Espere hasta que las células se adhieran y cambie el medio a un medio de cultivo celular que contenga 200 nanomolares Shield-1. Reemplace el medio en las placas con células transducidas y no transducidas, dejando dos pozos por placa con medios regulares como control negativo. Incubar y extraer proteínas de cada pozo a cero, dos, seis, 12, 24, 48 y 72 horas después de agregar Shield-1 a los pozos.
Luego retire el medio con Shield-1 del resto de los pozos y cámbielo por medios celulares normales. Recolecte las proteínas de esos pozos a las dos, seis y 12 horas después de cambiar los medios. La inducción de la proteína Cas9 se confirmó por sus niveles de expresión similares entre las células transducidas y el vehículo, a pesar de la presencia o ausencia de Shield-1.
Hay suficiente inducción de la expresión de Cas9 en la línea celular transducida A549 dos horas después del tratamiento con Shield-1, que se vuelve insignificante dentro de las seis a 12 horas posteriores a la retirada de Shield-1. Las células A549 transducidas tratadas con Shield-1 disminuyeron en número después de 48 horas sin afectar la muestra de Rinella, que fue validada por inmunoblotting utilizando un anticuerpo contra la proteína RPA3 agotada.

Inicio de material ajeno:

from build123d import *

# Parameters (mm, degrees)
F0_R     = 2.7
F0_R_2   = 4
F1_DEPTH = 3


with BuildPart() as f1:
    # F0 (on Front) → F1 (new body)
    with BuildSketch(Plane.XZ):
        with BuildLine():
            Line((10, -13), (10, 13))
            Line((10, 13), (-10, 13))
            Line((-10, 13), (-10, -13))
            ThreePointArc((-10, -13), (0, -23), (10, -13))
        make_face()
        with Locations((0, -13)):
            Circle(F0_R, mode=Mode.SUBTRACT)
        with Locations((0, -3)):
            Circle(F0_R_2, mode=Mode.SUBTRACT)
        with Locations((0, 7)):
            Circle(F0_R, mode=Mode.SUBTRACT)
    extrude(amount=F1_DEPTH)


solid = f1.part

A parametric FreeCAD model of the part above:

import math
import FreeCAD as App
import Part
import Sketcher
from FreeCAD import Vector

doc = App.newDocument("Part")
params = doc.addObject("Spreadsheet::Sheet", "Params")
for row, (alias, value) in enumerate([
    ("sketch1_diameter", "8 mm"),
    ("sketch1_radius", "10 mm"),
    ("sketch1_diameter2", "5.4 mm"),
    ("sketch1_height", "26 mm"),
    ("pad1_length", "3 mm"),
], start=1):
    params.set(f"A{row}", alias)
    params.set(f"B{row}", "=" + value)
    params.setAlias(f"B{row}", alias)

body = doc.addObject("PartDesign::Body", "Body")

sketch1 = body.newObject("Sketcher::SketchObject", "Sketch")
sketch1.AttachmentSupport = (doc.getObject("XZ_Plane"), [""])
sketch1.MapMode = "FlatFace"
sketch1.addGeometry(Part.LineSegment(Vector(10, -13, 0), Vector(10, 13, 0)), False)
sketch1.addGeometry(Part.LineSegment(Vector(10, 13, 0), Vector(-10, 13, 0)), False)
sketch1.addGeometry(Part.LineSegment(Vector(-10, 13, 0), Vector(-10, -13, 0)), False)
sketch1.addGeometry(Part.ArcOfCircle(Part.Circle(Vector(0, -13, 0), Vector(0, 0, 1), 10), math.radians(180), math.radians(360)), False)
sketch1.addGeometry(Part.Circle(Vector(0, -13, 0), Vector(0, 0, 1), 2.7), False)
sketch1.addGeometry(Part.Circle(Vector(0, -3, 0), Vector(0, 0, 1), 4), False)
sketch1.addGeometry(Part.Circle(Vector(0, 7, 0), Vector(0, 0, 1), 2.7), False)
sketch1.addConstraint(Sketcher.Constraint("Coincident", 0, 2, 1, 1))
sketch1.addConstraint(Sketcher.Constraint("Coincident", 1, 2, 2, 1))
sketch1.addConstraint(Sketcher.Constraint("Tangent", 2, 2, 3, 1))
sketch1.addConstraint(Sketcher.Constraint("Tangent", 3, 2, 0, 1))
sketch1.addConstraint(Sketcher.Constraint("Vertical", 0))
sketch1.addConstraint(Sketcher.Constraint("Horizontal", 1))
sketch1.addConstraint(Sketcher.Constraint("Vertical", 2))
sketch1.addConstraint(Sketcher.Constraint("Coincident", 4, 3, 3, 3))
sketch1.addConstraint(Sketcher.Constraint("Equal", 4, 6))
sketch1.addConstraint(Sketcher.Constraint("Symmetric", 0, 2, 2, 2, -1, 1))
sketch1.addConstraint(Sketcher.Constraint("PointOnObject", 5, 3, -2))
sketch1.addConstraint(Sketcher.Constraint("PointOnObject", 6, 3, -2))
sketch1.addConstraint(Sketcher.Constraint("Diameter", 5, 8.0))
sketch1.addConstraint(Sketcher.Constraint("Radius", 3, 10.0))
sketch1.addConstraint(Sketcher.Constraint("Diameter", 4, 5.4))
sketch1.addConstraint(Sketcher.Constraint("DistanceY", 0, 1, 0, 2, 26.0))
sketch1.addConstraint(Sketcher.Constraint("DistanceY", 5, 3, -1, 1, 3.0))
sketch1.addConstraint(Sketcher.Constraint("DistanceY", -1, 1, 6, 3, 7.0))
sketch1.setExpression("Constraints[12]", "Params.sketch1_diameter")
sketch1.setExpression("Constraints[13]", "Params.sketch1_radius")
sketch1.setExpression("Constraints[14]", "Params.sketch1_diameter2")
sketch1.setExpression("Constraints[15]", "Params.sketch1_height")
pad1 = body.newObject("PartDesign::Pad", "Pad")
pad1.Profile = sketch1
pad1.setExpression("Length", "Params.pad1_length")

doc.recompute()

La inversión de edición de genes o mutaciones indel se confirmaron mediante ensayos de nucleasa topógrafo.
El constructo vectorial de lentivirus diseñado fue un sistema bicistrónico que llevaba otro gen de interés bajo el mismo promotor EF-1a. Se agregó una proteína fluorescente modificada, P2A, para rastrear las células infectadas. La expresión de la proteína mVenus se observó en el vehículo y en las células transducidas A549, independientemente de la expresión de DD-Cas9 y del tratamiento Shield-1.

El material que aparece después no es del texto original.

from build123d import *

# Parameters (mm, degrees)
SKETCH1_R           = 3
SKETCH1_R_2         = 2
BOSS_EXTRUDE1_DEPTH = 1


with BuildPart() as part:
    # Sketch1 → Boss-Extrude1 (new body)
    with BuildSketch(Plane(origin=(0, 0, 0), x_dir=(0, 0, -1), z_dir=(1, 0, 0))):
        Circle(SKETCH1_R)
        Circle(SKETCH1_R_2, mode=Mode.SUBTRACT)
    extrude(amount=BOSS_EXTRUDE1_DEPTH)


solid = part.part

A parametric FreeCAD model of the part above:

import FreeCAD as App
import Part
import Sketcher
from FreeCAD import Vector
Q = App.Units.Quantity

doc = App.newDocument("Part")
body = doc.addObject("PartDesign::Body", "Body")

# Sketch on YZ plane
sketch1 = body.newObject("Sketcher::SketchObject", "Sketch")
sketch1.AttachmentSupport = (doc.getObject("YZ_Plane"), [""])
sketch1.MapMode = "FlatFace"
sketch1.addGeometry(Part.Circle(Vector(0, 0, 0), Vector(0, 0, 1), 3), False)
sketch1.addGeometry(Part.Circle(Vector(0, 0, 0), Vector(0, 0, 1), 2), False)
sketch1.addConstraint(Sketcher.Constraint("Coincident", 0, 3, -1, 1))
sketch1.addConstraint(Sketcher.Constraint("Coincident", 1, 3, -1, 1))
sketch1.addConstraint(Sketcher.Constraint("Diameter", 0, Q("6 mm")))
sketch1.addConstraint(Sketcher.Constraint("Diameter", 1, Q("4 mm")))
pad1 = body.newObject("PartDesign::Pad", "Pad")
pad1.Profile = sketch1
pad1.Length = 1

doc.recompute()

La transducción eficiente de la línea celular con el vector DD-Cas9 es uno de los pasos limitantes de velocidad, para tener células HEK293T sanas y usar su bajo número de pasaje es crucial. La optimización de la relación entre el plásmido DD-Cas9, el plásmido de empaque y el plásmido de envoltura es muy importante para una transfección óptima. Pero además de eso, también la cantidad de Shield-1 que se necesita para estabilizar las células objetivo DD-Cas9 es algo con lo que debe tener cuidado.
El DD-Cas9 con el plásmido Cre también está disponible, y se puede utilizar para estudiar las interacciones genéticas en estudios in vivo basados en el sistema Cre-lox.